Von Oliver Sperk und Sebastian Stollhoff
Mannschaft und Fans im Freudentaumel
Zur Feier dieses denkwürdigen Fußball-Abends schlug Florian Dick einen Purzelbaum. Seine Mannschaftskollegen vom Bundesliga-Aufsteiger 1. FC Kaiserslautern bevorzugten beim Jubel mit den Fans den „Rasenflatscher", rutschten mit der Brust nach unten Richtung Westkurve. Diese am Freitagabend um 22.27 Uhr entstandenen Bilder werden ihre Betrachter auch in vielen Jahren noch erfreuen. Wenn sie keine Fans des FC Bayern München sind, der sich den taktisch klug und leidenschaftlich spielenden Roten Teufeln an diesem Abend mit 0:2 (0:2) geschlagen geben musste.
„Das war ein Wahnsinnsabend. Heute haben Herz und Wille gewonnen", sagte FCK-Trainer Marco Kurz hoch erfreut nach dem dritten Sieg seiner Mannschaft im dritten Pflichtspiel der noch jungen Saison. Dem 3:2 im DFB-Pokal beim VfL Osnabrück ließen die Lauterer Zweitliga-Meister zwei so nicht erwartete Erfolge in der Bundesliga folgen.
Kurz gab die Anerkennung, die Bayern-Trainer Louis van Gaal seinem Kollegen für dessen toll funktionierende Strategie zollte, an sein beherzt kämpfendes und oft wie entfesselt konterndes Team weiter - und an die FCK-Fans unter den 49.780 Zuschauern im ausverkauften Hexenkessel Fritz-Walter-Stadion. „Unterm Strich war das auch das Verdienst des Publikums, weil es die Mannschaft in schwierigen Phasen immer nach vorne peitscht", sagte der 41 Jahre alte FCK-Coach nach dem ersten Bundesliga-Sieg der Lauterer gegen die Münchner seit dem 13. April 1999 (damals 2:1).
Der 27. August 2010 ist nun auch so ein Datum für die Ewigkeit in den Erinnerungen aller FCK-Fans. Als ein dicker dunkelroter Punkt auf der nach oben zeigenden Befindlichkeitskurve, deren Wendepunkt jener 18. Mai 2008 markiert: der 3:0-Erfolg damals am letzten Zweitliga-Spieltag der Saison 2007/2008. „Während des Spiels habe ich daran gedacht, wie es vor zwei Jahren war beim Sieg gegen Köln. Damals wären wir beinahe in die Dritte Liga abgestiegen", sagte FCK-Vorstandsvorsitzender Stefan Kuntz am späten Freitagabend, „Wahnsinn, was alle hier zustande gebracht haben. Ich freue mich auch für den Coach, wie das alles aufgeht, was er macht."

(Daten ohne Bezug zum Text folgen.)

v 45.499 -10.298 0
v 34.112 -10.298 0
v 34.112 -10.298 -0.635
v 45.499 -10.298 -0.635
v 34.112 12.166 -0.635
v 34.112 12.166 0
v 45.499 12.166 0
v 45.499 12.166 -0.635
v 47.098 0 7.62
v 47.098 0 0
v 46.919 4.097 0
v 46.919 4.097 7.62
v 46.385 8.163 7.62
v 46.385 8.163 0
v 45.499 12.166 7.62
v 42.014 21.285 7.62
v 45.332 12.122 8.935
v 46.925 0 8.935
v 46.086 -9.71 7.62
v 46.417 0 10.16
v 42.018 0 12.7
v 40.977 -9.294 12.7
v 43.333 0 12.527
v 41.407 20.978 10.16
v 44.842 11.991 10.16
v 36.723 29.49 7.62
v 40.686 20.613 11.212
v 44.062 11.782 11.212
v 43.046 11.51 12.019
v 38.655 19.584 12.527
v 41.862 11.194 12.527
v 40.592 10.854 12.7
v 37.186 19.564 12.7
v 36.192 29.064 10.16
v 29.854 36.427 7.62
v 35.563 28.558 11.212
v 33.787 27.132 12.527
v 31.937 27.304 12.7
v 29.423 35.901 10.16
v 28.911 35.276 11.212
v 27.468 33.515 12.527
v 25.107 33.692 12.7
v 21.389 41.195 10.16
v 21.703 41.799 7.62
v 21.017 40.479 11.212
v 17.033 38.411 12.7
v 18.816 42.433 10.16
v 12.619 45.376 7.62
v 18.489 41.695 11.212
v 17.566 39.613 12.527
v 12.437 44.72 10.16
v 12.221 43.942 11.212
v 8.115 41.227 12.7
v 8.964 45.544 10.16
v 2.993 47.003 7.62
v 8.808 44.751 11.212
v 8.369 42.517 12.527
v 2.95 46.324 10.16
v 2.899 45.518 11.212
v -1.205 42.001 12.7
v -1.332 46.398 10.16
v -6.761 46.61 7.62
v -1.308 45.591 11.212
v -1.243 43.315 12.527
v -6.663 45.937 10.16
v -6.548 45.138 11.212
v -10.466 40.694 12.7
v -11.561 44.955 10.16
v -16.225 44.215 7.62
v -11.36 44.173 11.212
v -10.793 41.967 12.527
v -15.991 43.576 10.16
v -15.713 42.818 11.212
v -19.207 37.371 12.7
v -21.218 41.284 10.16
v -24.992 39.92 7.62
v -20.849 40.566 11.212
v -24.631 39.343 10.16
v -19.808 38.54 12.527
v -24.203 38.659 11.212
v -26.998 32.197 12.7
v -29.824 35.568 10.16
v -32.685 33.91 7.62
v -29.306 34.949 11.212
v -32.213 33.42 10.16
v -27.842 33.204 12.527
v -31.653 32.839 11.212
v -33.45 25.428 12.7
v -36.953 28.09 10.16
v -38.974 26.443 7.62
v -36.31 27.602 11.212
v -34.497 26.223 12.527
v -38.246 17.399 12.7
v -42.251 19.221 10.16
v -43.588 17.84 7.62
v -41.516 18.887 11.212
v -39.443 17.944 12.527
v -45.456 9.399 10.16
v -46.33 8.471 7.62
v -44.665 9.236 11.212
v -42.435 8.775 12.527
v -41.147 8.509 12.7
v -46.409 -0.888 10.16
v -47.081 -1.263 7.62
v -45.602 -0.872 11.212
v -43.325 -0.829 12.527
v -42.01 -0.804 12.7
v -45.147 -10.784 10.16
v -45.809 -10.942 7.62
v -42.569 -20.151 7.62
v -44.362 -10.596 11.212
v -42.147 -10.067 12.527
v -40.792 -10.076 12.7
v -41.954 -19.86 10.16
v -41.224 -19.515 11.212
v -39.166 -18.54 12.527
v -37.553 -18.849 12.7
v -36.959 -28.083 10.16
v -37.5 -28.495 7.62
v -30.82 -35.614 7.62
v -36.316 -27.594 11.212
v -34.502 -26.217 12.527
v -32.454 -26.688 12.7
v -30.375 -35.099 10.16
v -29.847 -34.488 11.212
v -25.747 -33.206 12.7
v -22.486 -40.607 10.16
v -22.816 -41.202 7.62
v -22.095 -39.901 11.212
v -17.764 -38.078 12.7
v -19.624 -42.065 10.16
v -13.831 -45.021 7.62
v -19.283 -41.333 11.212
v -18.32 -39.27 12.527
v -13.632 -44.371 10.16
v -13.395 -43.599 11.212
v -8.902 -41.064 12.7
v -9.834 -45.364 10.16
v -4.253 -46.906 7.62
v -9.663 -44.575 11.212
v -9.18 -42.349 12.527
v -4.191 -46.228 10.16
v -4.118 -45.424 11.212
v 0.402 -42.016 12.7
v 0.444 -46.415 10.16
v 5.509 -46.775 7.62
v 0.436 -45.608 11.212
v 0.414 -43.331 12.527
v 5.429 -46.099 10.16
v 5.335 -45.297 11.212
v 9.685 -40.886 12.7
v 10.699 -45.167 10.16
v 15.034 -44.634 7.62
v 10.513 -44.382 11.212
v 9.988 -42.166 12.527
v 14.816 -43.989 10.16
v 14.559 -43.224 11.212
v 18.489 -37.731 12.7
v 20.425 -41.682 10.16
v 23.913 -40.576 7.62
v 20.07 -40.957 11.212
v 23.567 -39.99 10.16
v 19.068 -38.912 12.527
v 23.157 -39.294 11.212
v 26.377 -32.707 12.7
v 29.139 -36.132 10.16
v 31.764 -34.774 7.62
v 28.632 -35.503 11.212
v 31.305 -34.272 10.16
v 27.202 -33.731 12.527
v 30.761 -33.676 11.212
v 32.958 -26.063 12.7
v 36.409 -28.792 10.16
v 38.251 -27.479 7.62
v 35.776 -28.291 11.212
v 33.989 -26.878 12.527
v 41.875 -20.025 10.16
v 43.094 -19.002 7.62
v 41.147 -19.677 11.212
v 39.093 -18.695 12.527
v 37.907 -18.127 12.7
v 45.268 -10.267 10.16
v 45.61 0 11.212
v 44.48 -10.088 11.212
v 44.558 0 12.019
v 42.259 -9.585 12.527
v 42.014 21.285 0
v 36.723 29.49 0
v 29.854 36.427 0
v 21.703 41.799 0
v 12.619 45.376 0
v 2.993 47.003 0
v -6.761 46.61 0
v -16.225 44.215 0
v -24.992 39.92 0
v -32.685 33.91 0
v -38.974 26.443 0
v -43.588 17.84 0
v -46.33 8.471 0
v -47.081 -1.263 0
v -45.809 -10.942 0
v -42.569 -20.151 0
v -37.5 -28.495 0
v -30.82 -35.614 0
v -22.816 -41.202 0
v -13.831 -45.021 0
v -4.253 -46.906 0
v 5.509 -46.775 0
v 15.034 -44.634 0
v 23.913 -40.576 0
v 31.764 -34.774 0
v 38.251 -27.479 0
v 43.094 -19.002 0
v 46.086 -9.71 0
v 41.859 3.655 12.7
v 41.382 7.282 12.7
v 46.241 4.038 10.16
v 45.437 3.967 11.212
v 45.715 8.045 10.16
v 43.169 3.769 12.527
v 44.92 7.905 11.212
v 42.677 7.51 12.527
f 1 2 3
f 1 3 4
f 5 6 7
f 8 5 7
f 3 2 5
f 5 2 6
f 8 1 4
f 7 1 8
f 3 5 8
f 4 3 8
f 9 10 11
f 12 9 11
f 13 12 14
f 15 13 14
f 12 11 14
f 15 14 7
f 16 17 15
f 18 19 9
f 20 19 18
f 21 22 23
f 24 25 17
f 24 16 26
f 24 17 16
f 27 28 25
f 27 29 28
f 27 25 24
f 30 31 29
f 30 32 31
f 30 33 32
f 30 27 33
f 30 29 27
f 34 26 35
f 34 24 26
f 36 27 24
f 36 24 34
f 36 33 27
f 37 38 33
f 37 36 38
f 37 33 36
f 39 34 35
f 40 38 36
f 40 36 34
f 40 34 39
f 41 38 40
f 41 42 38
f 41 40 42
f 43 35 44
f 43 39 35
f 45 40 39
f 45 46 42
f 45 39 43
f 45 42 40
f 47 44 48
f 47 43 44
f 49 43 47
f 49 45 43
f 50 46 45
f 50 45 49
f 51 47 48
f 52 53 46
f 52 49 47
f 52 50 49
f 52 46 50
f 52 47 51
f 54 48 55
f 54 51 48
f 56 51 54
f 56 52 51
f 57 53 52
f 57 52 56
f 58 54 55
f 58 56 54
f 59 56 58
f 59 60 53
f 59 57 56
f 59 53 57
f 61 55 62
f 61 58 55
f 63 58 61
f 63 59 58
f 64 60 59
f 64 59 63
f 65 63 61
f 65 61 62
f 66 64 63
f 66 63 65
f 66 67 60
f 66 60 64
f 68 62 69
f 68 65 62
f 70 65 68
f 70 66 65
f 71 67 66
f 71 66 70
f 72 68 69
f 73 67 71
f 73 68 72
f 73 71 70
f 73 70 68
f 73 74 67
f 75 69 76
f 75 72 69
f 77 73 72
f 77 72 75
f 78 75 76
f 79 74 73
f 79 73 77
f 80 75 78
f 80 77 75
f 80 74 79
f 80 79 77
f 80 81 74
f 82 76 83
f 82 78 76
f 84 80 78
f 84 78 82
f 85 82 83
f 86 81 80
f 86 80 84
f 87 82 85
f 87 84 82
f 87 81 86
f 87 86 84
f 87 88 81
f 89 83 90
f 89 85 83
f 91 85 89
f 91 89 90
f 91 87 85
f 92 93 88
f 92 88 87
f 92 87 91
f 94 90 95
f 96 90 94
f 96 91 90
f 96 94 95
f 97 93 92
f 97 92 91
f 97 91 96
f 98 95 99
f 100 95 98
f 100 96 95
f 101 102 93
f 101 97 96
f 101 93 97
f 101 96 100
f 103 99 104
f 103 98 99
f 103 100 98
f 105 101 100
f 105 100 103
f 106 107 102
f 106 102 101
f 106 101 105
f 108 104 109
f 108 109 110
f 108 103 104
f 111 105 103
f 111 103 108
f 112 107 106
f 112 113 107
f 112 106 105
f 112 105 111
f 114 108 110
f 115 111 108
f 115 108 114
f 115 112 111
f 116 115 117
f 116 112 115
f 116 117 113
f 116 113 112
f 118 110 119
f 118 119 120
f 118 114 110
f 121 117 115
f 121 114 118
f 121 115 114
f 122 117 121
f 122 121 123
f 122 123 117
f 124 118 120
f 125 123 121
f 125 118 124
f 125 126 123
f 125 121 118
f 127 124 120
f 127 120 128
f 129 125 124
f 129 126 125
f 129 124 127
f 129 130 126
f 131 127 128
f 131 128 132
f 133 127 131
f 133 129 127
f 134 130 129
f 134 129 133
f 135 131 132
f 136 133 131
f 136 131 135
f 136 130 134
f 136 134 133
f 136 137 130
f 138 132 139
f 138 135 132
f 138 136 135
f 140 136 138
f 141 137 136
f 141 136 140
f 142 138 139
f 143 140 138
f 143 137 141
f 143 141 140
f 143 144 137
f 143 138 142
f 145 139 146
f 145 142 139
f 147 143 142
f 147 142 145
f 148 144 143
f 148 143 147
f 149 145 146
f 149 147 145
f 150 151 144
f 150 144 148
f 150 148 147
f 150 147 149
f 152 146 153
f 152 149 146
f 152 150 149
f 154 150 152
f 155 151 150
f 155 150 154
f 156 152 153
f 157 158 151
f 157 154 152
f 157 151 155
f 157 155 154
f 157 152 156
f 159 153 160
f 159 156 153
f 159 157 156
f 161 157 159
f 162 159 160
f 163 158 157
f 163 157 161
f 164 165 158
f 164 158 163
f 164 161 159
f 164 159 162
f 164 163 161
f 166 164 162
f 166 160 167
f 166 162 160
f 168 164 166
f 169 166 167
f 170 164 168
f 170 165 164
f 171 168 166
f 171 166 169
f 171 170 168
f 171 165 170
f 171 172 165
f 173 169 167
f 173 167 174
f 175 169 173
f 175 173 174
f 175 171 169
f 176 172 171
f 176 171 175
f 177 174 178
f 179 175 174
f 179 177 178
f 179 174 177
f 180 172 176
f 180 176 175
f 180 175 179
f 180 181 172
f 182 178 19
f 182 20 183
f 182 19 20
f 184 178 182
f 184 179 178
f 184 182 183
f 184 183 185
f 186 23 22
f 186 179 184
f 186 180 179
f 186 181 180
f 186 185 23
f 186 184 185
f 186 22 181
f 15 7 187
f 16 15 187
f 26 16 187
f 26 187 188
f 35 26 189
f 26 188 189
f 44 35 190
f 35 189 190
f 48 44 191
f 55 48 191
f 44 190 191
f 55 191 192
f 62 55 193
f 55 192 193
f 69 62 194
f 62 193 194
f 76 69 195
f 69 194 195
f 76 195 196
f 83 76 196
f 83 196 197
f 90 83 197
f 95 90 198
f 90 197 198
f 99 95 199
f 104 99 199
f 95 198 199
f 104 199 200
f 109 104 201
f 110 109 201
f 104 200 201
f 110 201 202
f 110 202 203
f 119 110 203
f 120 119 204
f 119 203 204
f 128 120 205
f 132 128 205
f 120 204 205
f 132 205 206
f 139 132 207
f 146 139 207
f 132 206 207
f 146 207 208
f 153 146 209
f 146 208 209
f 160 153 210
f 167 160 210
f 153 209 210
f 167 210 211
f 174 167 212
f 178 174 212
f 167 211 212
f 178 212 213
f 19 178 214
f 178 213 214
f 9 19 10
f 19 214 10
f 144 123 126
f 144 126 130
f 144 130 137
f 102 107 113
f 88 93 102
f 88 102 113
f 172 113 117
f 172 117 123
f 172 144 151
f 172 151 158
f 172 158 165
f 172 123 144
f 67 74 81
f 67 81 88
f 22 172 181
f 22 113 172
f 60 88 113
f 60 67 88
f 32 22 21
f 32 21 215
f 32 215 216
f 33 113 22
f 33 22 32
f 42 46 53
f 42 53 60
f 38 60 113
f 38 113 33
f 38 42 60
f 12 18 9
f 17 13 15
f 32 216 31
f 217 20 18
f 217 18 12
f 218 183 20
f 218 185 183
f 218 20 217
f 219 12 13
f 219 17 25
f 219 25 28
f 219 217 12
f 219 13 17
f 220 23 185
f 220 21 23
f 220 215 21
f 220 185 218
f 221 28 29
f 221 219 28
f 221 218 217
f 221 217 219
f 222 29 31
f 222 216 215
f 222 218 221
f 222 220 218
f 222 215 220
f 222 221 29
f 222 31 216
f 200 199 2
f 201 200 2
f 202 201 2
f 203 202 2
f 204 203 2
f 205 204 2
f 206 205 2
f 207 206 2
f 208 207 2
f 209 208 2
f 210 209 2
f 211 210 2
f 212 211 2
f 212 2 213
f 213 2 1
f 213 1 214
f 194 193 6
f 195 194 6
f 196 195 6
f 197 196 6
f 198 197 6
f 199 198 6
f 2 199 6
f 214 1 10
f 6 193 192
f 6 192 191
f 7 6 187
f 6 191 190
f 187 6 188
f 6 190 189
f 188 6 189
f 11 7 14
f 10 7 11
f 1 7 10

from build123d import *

# Parameters (mm, degrees)
F0_W     = 11.387274
F0_H     = 22.464488
F1_DEPTH = 12.7
F2_R     = 5.08
F3_DEPTH = 0.635


with BuildPart() as f1:
    # F0 (on Top) → F1 (new body)
    with BuildSketch(Plane.XY):
        with BuildLine():
            ThreePointArc((45.499377, 12.166495), (-46.696597, -6.135533), (47.09795, 0))
            ThreePointArc((47.09795, 0), (46.696597, 6.135533), (45.499377, 12.166495))
        make_face()
        with Locations((39.80574, 0.934251)):
            Rectangle(F0_W, F0_H, mode=Mode.SUBTRACT)
        with Locations((39.80574, 0.934251)):
            Rectangle(F0_W, F0_H)
    extrude(amount=F1_DEPTH)

    # F2
    f2_edges = [f1.edges().sort_by_distance(p)[0] for p in [
        (-47.09795, 0, 12.7),
    ]]
    fillet(f2_edges, radius=F2_R)

    # F0 (on Top) → F3 (join)
    with BuildSketch(Plane.XY):
        with Locations((39.80574, 0.934251)):
            Rectangle(F0_W, F0_H)
    extrude(amount=-F3_DEPTH)


solid = f1.part
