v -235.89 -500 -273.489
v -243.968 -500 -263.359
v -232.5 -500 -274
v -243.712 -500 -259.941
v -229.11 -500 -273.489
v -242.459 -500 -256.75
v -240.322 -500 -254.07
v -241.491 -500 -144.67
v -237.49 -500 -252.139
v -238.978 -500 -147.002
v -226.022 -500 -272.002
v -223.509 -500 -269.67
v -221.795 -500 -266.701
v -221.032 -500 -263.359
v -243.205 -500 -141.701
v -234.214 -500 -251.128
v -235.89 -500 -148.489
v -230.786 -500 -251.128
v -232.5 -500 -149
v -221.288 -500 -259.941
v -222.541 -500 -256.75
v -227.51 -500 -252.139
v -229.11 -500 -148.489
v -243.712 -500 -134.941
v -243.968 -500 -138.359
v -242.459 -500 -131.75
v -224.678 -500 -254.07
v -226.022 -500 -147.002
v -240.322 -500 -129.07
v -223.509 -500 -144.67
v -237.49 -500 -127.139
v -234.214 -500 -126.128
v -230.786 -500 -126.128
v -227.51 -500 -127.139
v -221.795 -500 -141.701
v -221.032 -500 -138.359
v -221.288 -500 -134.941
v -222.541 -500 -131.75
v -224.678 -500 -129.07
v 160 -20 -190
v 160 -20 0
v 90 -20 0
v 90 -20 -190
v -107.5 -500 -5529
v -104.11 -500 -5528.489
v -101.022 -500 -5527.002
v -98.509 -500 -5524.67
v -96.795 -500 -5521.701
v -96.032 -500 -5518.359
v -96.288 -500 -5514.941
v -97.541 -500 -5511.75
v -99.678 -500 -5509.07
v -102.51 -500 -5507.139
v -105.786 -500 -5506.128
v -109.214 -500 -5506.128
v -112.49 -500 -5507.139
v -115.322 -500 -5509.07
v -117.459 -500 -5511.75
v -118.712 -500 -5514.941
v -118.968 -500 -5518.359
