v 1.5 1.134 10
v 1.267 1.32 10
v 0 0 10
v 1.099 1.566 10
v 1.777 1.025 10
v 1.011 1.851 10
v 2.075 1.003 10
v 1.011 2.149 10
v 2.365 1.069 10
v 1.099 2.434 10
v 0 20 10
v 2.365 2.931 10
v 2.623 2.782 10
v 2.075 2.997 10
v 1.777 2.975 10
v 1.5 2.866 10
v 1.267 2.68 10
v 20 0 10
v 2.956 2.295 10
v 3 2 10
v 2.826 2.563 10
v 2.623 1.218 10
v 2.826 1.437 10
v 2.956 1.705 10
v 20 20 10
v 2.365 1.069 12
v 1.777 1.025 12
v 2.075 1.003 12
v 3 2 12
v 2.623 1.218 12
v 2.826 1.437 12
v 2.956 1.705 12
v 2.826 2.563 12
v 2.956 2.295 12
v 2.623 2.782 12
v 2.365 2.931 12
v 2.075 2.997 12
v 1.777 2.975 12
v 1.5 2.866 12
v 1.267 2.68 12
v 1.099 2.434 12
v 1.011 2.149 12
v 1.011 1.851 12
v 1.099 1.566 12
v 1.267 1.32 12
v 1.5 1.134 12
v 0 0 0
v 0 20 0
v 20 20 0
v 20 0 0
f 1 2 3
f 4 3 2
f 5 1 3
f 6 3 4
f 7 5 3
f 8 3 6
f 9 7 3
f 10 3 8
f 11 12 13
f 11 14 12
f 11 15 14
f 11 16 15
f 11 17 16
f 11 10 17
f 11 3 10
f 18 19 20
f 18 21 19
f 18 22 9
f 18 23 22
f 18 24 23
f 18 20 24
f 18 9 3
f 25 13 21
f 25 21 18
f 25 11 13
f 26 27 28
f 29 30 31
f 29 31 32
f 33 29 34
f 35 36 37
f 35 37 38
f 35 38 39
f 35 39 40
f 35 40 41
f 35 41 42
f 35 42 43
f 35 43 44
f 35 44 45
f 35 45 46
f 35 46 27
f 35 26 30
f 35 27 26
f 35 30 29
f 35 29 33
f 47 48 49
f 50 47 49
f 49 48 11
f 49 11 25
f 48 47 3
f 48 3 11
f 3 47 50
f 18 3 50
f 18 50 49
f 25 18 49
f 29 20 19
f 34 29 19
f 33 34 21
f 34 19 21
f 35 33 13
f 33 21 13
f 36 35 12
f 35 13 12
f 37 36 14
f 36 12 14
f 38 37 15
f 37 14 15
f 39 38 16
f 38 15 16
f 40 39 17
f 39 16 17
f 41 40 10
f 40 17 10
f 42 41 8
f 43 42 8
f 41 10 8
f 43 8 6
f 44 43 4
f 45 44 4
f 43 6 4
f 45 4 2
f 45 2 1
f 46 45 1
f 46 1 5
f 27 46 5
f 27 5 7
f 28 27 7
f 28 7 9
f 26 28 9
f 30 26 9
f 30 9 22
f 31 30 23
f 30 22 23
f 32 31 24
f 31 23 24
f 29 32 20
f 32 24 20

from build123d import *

# Parameters (mm, degrees)
SKETCH_1_W     = 20
SKETCH_1_H     = 20
BASEBOX_DEPTH  = 10
SKETCH_2_R     = 1
BOSSSEED_DEPTH = 2


with BuildPart() as part:
    # 草图1 → BaseBox (new body)
    with BuildSketch(Plane.XY):
        with Locations((10, 10)):
            Rectangle(SKETCH_1_W, SKETCH_1_H)
    extrude(amount=BASEBOX_DEPTH)

    # 草图2 → BossSeed (add)
    with BuildSketch(Plane.XY.offset(10)):
        with Locations((2, 2)):
            Circle(SKETCH_2_R)
    extrude(amount=BOSSSEED_DEPTH)


solid = part.part
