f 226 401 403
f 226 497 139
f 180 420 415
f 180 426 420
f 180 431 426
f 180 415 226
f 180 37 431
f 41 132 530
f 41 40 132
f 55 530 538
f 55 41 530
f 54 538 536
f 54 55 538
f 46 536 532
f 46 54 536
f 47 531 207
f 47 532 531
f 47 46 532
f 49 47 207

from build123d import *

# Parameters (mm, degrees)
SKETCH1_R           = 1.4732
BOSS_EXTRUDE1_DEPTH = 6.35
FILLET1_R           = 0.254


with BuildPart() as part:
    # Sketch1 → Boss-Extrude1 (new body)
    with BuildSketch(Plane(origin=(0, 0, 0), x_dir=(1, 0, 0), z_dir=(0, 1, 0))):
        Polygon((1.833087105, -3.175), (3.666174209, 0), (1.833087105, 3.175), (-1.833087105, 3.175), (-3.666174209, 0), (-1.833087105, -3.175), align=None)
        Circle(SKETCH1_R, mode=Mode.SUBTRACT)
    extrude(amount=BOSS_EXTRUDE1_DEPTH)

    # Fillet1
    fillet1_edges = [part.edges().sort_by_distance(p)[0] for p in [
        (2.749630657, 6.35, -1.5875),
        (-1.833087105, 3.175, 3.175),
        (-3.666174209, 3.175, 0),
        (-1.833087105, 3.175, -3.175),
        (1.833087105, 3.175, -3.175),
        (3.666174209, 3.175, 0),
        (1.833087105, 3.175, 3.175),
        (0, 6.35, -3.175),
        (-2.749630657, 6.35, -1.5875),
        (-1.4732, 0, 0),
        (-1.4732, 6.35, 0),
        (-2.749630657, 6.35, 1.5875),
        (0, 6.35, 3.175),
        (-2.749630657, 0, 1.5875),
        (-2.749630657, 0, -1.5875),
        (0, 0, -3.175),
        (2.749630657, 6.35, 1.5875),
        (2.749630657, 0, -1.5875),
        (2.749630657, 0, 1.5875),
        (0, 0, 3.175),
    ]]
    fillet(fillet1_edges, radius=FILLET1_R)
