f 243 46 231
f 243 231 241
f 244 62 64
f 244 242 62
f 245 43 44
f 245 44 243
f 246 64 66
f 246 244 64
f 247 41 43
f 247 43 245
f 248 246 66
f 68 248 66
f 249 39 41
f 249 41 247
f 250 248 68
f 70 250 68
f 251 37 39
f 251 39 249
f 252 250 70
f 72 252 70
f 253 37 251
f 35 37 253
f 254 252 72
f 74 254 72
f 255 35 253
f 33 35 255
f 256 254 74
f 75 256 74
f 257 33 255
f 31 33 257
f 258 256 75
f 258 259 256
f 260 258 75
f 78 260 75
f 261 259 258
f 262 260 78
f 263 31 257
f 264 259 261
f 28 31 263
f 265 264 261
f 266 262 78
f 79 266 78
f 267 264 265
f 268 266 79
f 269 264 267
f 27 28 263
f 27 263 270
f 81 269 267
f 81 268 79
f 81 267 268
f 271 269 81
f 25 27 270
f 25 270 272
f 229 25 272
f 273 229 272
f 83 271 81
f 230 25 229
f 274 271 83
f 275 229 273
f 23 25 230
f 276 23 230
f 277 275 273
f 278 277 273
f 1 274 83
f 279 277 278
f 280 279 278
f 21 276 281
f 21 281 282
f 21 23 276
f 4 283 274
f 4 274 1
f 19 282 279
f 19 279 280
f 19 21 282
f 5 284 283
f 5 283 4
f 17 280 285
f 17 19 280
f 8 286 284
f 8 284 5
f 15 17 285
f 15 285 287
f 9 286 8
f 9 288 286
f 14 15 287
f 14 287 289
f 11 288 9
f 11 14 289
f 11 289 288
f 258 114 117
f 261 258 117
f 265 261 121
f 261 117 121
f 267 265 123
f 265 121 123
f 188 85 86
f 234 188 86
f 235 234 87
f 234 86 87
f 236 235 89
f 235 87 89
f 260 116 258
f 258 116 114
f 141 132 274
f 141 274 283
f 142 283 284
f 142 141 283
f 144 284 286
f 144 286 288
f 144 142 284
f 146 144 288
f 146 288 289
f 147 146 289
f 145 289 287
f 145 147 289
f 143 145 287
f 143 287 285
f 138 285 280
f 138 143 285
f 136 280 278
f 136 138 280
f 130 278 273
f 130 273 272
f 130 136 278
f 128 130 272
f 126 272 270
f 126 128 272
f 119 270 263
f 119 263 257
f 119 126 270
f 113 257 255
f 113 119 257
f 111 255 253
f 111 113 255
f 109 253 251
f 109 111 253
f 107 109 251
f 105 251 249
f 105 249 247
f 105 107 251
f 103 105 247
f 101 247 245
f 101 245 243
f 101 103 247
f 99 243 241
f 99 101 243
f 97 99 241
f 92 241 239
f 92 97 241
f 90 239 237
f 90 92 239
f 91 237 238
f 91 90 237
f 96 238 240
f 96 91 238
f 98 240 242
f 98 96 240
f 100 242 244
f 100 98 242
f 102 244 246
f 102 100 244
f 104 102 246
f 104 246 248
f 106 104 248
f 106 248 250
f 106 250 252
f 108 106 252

Dass die akribische taktische Vorarbeit von Kurz und seinem Trainerteam vor dem ersten Lauterer Bundesliga-Heimspiel seit knapp 52 Monaten mit einem Sieg gegen den Meisterschaftsfavoriten München belohnt wurde, dafür standen vor allem drei Spielszenen. Erst hätte Bayerns Thomas Müller der Partie einen ganz anderen Verlauf geben können, aber er schob den Ball am Tor des später mehrmals bravourös haltenden Tobias Sippel vorbei (24.).
Es folgten die furiosen 66 Sekunden der Roten Teufel, als Mittelfeldmann Christian Tiffert den Impulsgeber für den wie aufgedreht wirbelnden Ivo Ilicevic mimte. „Das Traumtor von Ilicevic", wie FCB-Coach van Gaal später anerkannte, versetzte der nicht sattelfesten Bayern-Defensive den ersten Tiefschlag (36.). Der zweite folgte rund eine Minute später, als Ilicevic unter Mithilfe des Münchners Holger Badstuber Srdjan Lakic toll freispielte und der Kroate seine Spitzenposition in der Torjägerliste mit seinem dritten Saisontreffer zum 2:0-Endstand festigte (37.).
„Wir haben jetzt sechs Punkte aus zwei Spielen, das ist ein toller Start. Aber in Mainz fangen wir wieder von vorne an', sagte FCK-Boss Kuntz. Im Derby am Sonntag, 12. September, wird Ilicevic nach der sehr harten Gelb-Roten Karte, die er kurz vor dem Abpfiff quittierte, nicht dabei sein können. „Dass ich jetzt in Mainz fehle, geht mir schon noch durch den Kopf", meinte der 23-Jährige. Doch der dicke dunkelrote Punkt im Kalender wird auch ihn immer an jenen denkwürdigen Abend des 27. August 2010 erinnern.